> [EXERCISE REQUIREMENTS]:
Every line of the records below from the line with "v4 (1.417649,124.994845,5.314158)" up to and including the line with "e26 v22 v11 LINE" must be reproduced exactly, and no line outside that range.

[Collected data entries]
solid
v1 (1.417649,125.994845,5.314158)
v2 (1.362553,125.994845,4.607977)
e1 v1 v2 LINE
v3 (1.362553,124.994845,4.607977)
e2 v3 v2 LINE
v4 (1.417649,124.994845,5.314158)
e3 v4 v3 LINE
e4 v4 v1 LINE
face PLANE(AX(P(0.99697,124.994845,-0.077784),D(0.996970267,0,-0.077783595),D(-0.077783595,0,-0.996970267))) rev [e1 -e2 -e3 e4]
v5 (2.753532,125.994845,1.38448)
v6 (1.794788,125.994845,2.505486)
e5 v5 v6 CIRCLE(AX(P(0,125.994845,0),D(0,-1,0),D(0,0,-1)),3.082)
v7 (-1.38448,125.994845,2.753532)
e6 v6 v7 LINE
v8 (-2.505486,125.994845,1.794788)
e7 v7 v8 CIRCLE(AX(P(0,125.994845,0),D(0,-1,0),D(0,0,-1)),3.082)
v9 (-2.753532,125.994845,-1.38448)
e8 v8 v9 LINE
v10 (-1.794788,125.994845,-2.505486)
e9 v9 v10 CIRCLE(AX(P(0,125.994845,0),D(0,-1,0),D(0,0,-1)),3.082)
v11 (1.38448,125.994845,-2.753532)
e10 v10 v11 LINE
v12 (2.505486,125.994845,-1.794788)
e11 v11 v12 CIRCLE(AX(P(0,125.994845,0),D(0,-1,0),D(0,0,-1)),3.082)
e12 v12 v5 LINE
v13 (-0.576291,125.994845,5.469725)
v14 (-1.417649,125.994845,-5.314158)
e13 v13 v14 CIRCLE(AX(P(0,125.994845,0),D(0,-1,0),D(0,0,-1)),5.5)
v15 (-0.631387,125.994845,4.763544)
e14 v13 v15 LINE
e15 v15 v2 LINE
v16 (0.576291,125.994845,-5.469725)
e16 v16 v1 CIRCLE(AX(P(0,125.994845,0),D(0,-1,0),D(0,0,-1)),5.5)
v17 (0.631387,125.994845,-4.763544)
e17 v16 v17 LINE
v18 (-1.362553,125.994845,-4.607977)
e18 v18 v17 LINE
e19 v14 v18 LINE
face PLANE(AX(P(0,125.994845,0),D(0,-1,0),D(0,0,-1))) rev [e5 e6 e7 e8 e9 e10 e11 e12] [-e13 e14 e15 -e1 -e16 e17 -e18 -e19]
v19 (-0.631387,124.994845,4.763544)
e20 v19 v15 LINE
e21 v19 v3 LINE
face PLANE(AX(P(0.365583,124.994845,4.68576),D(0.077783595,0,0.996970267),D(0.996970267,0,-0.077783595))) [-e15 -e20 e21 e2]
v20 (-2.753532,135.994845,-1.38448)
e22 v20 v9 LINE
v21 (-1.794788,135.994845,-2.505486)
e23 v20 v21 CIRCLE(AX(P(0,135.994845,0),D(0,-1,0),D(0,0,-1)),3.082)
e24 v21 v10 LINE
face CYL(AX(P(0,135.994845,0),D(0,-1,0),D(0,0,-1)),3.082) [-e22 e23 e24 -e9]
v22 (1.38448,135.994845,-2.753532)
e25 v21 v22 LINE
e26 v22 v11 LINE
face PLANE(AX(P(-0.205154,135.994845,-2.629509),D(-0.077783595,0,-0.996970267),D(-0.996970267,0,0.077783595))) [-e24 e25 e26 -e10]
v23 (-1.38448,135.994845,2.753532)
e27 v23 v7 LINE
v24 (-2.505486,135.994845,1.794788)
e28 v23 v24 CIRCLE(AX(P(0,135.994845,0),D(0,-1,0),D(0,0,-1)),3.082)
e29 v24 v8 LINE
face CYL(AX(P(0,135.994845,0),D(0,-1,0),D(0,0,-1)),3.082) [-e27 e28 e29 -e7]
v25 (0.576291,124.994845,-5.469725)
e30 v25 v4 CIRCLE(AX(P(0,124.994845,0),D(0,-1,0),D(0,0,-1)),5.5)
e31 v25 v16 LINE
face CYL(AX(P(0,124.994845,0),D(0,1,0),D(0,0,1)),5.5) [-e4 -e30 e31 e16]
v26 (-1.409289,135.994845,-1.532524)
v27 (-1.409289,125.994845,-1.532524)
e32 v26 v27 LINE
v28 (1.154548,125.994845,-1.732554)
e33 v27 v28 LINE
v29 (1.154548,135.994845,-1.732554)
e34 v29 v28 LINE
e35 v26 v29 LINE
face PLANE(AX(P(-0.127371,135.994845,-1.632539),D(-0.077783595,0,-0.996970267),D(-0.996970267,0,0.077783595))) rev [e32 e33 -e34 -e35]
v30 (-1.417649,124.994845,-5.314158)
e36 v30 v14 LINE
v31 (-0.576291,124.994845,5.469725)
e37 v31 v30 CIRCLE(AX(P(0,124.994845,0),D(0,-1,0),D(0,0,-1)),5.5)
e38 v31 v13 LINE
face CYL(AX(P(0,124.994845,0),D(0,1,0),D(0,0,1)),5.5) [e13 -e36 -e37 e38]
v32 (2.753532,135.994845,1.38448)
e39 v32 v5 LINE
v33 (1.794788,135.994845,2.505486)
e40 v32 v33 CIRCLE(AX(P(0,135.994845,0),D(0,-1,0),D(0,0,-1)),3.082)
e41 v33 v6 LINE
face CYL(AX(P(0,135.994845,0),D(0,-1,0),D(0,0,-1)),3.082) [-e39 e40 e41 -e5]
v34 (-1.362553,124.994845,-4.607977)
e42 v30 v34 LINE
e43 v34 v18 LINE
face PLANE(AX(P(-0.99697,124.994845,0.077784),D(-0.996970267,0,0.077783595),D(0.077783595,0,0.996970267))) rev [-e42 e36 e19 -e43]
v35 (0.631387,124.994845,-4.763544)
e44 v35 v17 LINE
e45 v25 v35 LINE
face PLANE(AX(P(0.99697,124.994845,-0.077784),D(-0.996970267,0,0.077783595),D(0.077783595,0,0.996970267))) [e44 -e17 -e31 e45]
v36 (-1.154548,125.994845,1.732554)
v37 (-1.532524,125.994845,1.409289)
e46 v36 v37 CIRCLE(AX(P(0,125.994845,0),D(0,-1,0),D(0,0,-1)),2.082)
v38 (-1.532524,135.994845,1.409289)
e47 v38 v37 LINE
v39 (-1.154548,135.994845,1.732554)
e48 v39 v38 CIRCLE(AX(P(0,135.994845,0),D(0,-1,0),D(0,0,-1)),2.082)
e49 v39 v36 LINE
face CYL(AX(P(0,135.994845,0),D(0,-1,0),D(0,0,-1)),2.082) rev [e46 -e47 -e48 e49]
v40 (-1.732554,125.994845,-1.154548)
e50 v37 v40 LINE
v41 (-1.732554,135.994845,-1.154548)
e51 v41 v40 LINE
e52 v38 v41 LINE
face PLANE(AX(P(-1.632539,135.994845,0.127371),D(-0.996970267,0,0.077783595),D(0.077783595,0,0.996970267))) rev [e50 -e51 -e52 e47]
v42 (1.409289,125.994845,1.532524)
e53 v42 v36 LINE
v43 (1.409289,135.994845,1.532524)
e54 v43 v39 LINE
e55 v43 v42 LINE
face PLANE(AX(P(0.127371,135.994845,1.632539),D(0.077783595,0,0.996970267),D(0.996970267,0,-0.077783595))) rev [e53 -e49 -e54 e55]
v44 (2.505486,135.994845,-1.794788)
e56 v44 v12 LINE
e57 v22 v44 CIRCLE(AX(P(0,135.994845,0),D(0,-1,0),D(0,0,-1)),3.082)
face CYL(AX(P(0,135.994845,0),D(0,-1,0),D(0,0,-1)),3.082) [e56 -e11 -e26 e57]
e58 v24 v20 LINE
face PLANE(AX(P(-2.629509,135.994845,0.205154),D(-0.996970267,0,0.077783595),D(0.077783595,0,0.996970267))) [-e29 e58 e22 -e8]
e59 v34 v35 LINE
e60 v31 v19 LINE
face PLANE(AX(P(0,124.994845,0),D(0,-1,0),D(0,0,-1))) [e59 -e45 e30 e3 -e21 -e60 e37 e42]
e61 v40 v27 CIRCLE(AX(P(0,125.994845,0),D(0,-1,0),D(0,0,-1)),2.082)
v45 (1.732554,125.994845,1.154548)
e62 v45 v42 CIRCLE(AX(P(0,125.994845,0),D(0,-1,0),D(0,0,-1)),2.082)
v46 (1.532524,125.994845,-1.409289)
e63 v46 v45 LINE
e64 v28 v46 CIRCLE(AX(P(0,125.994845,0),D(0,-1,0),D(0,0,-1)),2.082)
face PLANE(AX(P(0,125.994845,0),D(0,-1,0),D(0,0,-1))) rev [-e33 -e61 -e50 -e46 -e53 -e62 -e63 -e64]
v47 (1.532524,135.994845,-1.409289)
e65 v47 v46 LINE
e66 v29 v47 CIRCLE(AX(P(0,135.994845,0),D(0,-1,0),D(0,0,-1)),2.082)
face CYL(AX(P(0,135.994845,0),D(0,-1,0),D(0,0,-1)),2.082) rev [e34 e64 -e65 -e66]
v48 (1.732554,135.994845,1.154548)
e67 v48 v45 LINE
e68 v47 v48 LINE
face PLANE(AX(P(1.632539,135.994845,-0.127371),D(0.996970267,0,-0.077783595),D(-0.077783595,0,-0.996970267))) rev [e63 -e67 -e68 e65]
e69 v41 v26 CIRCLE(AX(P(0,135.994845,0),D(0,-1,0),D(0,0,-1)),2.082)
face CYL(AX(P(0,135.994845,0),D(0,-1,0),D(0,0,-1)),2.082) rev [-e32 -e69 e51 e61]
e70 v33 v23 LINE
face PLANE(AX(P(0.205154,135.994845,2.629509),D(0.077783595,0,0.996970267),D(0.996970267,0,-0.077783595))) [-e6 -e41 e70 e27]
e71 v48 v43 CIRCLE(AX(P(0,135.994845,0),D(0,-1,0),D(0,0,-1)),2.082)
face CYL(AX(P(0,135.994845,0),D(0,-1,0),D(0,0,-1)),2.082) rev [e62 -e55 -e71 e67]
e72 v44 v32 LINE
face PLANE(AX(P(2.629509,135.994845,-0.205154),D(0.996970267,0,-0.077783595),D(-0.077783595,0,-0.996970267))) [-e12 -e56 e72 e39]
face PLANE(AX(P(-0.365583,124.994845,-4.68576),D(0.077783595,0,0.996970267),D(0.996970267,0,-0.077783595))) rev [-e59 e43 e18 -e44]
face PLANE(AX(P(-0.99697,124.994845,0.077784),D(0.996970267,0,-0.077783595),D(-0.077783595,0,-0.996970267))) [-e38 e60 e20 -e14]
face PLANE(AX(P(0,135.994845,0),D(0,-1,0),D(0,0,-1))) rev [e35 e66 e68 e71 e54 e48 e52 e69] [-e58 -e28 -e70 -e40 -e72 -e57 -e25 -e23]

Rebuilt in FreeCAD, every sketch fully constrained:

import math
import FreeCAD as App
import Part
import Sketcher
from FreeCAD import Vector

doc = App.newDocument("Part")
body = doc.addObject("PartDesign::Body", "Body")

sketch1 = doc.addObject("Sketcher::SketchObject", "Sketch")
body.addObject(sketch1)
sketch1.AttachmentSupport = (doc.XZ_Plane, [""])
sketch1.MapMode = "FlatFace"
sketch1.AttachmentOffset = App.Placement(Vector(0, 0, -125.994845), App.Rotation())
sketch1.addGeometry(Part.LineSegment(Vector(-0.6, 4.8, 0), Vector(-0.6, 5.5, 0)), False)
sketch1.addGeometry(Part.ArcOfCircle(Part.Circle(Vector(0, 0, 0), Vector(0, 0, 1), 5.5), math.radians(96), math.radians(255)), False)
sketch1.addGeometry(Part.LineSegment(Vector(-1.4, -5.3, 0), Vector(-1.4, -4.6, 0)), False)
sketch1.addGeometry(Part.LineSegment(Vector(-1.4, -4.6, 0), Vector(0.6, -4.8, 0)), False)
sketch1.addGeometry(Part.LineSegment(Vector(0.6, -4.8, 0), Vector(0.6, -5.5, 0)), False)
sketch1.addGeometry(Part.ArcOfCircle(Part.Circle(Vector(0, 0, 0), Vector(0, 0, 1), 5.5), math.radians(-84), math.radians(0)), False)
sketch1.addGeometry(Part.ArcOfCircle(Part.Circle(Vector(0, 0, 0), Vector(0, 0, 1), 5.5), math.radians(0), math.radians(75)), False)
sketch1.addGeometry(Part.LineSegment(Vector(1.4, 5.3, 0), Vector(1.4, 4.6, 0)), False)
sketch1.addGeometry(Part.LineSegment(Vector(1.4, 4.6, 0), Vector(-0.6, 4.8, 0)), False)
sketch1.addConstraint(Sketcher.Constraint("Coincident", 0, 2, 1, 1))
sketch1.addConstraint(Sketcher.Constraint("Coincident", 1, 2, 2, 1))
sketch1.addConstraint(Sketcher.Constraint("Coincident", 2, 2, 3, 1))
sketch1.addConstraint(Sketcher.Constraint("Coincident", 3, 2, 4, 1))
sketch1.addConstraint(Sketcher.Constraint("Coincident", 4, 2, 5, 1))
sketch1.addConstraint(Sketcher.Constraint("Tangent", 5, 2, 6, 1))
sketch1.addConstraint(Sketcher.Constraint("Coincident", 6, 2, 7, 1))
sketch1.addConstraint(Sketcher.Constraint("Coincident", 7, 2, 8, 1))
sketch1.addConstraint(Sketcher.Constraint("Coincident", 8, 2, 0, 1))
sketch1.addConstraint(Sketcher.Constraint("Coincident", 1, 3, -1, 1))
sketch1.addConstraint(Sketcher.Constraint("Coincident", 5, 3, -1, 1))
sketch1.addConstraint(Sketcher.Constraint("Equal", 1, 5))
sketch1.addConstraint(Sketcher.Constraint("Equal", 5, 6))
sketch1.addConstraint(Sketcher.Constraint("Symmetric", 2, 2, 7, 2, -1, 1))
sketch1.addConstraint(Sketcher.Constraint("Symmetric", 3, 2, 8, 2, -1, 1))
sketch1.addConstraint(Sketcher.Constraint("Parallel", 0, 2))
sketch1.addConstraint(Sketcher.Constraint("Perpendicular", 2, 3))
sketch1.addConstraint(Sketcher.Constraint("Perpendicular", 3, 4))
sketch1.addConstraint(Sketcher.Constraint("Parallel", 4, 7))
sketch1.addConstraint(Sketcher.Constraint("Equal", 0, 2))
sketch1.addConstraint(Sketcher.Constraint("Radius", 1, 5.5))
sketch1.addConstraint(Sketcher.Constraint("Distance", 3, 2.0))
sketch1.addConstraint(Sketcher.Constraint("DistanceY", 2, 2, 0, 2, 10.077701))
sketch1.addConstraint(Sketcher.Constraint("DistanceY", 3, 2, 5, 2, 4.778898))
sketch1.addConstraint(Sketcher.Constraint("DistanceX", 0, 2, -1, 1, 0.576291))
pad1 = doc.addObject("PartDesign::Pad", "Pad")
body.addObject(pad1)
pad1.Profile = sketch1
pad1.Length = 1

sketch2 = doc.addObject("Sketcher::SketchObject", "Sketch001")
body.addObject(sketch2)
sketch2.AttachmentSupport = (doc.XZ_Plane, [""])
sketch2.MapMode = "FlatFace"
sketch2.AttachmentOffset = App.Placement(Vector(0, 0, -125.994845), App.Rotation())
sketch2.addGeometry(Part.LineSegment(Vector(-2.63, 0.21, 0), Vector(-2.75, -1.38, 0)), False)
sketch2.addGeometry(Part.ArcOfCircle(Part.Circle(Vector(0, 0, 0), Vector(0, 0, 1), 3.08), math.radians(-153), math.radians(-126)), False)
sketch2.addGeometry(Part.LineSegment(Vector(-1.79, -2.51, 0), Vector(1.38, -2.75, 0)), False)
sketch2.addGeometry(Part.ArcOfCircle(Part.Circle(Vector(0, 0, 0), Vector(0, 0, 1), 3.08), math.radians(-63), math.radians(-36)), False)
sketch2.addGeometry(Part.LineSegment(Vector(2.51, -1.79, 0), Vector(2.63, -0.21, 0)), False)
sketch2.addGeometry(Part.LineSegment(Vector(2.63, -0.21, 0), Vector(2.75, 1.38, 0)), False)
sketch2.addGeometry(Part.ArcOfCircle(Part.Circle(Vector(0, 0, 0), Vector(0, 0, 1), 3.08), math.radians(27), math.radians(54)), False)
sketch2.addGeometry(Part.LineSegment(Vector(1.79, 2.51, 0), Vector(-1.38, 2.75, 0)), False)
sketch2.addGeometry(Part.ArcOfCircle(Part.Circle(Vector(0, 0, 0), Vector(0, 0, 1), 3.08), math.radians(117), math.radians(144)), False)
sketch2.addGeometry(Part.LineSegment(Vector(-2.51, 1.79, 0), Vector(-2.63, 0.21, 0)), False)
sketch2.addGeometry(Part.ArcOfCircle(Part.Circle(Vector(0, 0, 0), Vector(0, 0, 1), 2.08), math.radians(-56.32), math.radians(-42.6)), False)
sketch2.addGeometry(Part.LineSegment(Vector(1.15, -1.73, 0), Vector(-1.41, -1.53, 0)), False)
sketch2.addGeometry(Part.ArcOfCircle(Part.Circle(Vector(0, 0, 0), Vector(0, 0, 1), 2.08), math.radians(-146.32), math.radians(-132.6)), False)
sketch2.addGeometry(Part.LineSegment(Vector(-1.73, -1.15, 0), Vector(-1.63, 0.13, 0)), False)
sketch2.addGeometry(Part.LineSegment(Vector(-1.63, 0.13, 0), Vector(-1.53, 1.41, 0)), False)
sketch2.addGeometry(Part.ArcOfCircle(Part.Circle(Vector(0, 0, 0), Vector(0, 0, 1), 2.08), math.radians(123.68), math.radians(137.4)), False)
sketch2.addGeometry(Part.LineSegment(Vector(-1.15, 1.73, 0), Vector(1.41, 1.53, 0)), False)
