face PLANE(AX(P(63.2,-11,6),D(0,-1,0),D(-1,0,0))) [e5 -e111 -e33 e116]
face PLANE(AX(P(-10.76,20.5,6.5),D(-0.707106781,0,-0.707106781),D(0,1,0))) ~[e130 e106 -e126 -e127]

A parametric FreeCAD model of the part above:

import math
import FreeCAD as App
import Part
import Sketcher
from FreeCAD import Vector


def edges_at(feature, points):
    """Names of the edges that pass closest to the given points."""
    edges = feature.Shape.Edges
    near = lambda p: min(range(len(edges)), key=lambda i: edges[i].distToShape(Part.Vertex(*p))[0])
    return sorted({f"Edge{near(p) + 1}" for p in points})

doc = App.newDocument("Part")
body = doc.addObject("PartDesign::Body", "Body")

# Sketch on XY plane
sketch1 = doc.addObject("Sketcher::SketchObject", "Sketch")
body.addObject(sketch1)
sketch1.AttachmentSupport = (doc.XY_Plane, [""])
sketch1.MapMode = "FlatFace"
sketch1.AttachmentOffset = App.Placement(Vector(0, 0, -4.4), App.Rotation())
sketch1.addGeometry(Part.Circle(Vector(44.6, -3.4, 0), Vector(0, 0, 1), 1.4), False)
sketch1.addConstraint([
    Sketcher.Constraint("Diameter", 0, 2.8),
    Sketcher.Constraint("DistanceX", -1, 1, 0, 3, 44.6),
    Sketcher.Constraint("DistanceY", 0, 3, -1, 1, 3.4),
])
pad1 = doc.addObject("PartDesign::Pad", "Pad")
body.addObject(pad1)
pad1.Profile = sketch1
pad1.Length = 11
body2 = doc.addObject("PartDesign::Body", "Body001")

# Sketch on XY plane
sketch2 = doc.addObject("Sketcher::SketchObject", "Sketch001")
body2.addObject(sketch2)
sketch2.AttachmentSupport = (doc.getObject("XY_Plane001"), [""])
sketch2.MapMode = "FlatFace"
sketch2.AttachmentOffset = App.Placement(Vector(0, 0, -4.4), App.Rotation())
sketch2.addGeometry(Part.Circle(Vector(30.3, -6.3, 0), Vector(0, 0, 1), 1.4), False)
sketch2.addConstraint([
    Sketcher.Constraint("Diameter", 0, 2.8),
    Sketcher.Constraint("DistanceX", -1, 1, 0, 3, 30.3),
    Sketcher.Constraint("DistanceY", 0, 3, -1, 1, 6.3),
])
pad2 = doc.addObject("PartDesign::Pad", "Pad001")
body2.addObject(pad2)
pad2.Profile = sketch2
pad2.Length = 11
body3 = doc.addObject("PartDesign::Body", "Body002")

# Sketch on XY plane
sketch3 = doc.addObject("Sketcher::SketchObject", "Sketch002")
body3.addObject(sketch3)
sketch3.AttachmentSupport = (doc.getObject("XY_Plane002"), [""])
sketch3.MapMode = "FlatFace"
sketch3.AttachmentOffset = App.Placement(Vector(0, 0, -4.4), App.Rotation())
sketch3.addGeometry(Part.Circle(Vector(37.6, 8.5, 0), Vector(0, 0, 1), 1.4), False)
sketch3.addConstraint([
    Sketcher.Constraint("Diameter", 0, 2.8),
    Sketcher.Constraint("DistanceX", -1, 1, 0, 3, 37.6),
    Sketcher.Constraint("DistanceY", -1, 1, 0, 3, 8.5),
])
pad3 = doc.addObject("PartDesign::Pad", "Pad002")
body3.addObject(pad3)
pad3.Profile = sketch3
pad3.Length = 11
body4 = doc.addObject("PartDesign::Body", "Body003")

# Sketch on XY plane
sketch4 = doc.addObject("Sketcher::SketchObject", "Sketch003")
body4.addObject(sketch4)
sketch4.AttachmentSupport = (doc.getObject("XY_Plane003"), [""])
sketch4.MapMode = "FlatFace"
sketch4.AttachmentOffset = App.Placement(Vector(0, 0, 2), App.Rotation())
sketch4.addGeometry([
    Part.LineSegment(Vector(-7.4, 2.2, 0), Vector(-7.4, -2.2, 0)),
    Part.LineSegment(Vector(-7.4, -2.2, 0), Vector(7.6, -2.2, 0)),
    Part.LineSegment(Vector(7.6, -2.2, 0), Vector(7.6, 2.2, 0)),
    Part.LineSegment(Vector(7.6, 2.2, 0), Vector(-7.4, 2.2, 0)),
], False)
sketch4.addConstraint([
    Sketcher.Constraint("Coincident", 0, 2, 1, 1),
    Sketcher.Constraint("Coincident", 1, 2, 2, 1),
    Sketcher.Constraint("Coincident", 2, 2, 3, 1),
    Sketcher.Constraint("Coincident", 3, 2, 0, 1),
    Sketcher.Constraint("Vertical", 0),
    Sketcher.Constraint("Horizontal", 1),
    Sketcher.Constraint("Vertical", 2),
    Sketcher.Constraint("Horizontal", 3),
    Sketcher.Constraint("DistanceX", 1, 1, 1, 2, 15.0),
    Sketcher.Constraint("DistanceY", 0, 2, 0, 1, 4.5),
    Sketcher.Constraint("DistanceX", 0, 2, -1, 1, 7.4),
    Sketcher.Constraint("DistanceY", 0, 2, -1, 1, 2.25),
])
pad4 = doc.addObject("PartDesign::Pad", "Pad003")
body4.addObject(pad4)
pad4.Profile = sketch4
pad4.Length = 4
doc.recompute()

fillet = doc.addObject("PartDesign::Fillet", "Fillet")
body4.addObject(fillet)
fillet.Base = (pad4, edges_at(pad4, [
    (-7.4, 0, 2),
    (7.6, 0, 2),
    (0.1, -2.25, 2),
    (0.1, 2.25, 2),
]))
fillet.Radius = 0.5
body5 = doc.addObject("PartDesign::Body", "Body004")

> [TASK OUTPUT]:
v4 (1.417649,124.994845,5.314158)
e3 v4 v3 LINE
e4 v4 v1 LINE
face PLANE(AX(P(0.99697,124.994845,-0.077784),D(0.996970267,0,-0.077783595),D(-0.077783595,0,-0.996970267))) rev [e1 -e2 -e3 e4]
v5 (2.753532,125.994845,1.38448)
v6 (1.794788,125.994845,2.505486)
e5 v5 v6 CIRCLE(AX(P(0,125.994845,0),D(0,-1,0),D(0,0,-1)),3.082)
v7 (-1.38448,125.994845,2.753532)
e6 v6 v7 LINE
v8 (-2.505486,125.994845,1.794788)
e7 v7 v8 CIRCLE(AX(P(0,125.994845,0),D(0,-1,0),D(0,0,-1)),3.082)
v9 (-2.753532,125.994845,-1.38448)
e8 v8 v9 LINE
v10 (-1.794788,125.994845,-2.505486)
e9 v9 v10 CIRCLE(AX(P(0,125.994845,0),D(0,-1,0),D(0,0,-1)),3.082)
v11 (1.38448,125.994845,-2.753532)
e10 v10 v11 LINE
v12 (2.505486,125.994845,-1.794788)
e11 v11 v12 CIRCLE(AX(P(0,125.994845,0),D(0,-1,0),D(0,0,-1)),3.082)
e12 v12 v5 LINE
v13 (-0.576291,125.994845,5.469725)
v14 (-1.417649,125.994845,-5.314158)
e13 v13 v14 CIRCLE(AX(P(0,125.994845,0),D(0,-1,0),D(0,0,-1)),5.5)
v15 (-0.631387,125.994845,4.763544)
e14 v13 v15 LINE
e15 v15 v2 LINE
v16 (0.576291,125.994845,-5.469725)
e16 v16 v1 CIRCLE(AX(P(0,125.994845,0),D(0,-1,0),D(0,0,-1)),5.5)
v17 (0.631387,125.994845,-4.763544)
e17 v16 v17 LINE
v18 (-1.362553,125.994845,-4.607977)
e18 v18 v17 LINE
e19 v14 v18 LINE
face PLANE(AX(P(0,125.994845,0),D(0,-1,0),D(0,0,-1))) rev [e5 e6 e7 e8 e9 e10 e11 e12] [-e13 e14 e15 -e1 -e16 e17 -e18 -e19]
v19 (-0.631387,124.994845,4.763544)
e20 v19 v15 LINE
e21 v19 v3 LINE
face PLANE(AX(P(0.365583,124.994845,4.68576),D(0.077783595,0,0.996970267),D(0.996970267,0,-0.077783595))) [-e15 -e20 e21 e2]
v20 (-2.753532,135.994845,-1.38448)
e22 v20 v9 LINE
v21 (-1.794788,135.994845,-2.505486)
e23 v20 v21 CIRCLE(AX(P(0,135.994845,0),D(0,-1,0),D(0,0,-1)),3.082)
e24 v21 v10 LINE
face CYL(AX(P(0,135.994845,0),D(0,-1,0),D(0,0,-1)),3.082) [-e22 e23 e24 -e9]
v22 (1.38448,135.994845,-2.753532)
e25 v21 v22 LINE
e26 v22 v11 LINE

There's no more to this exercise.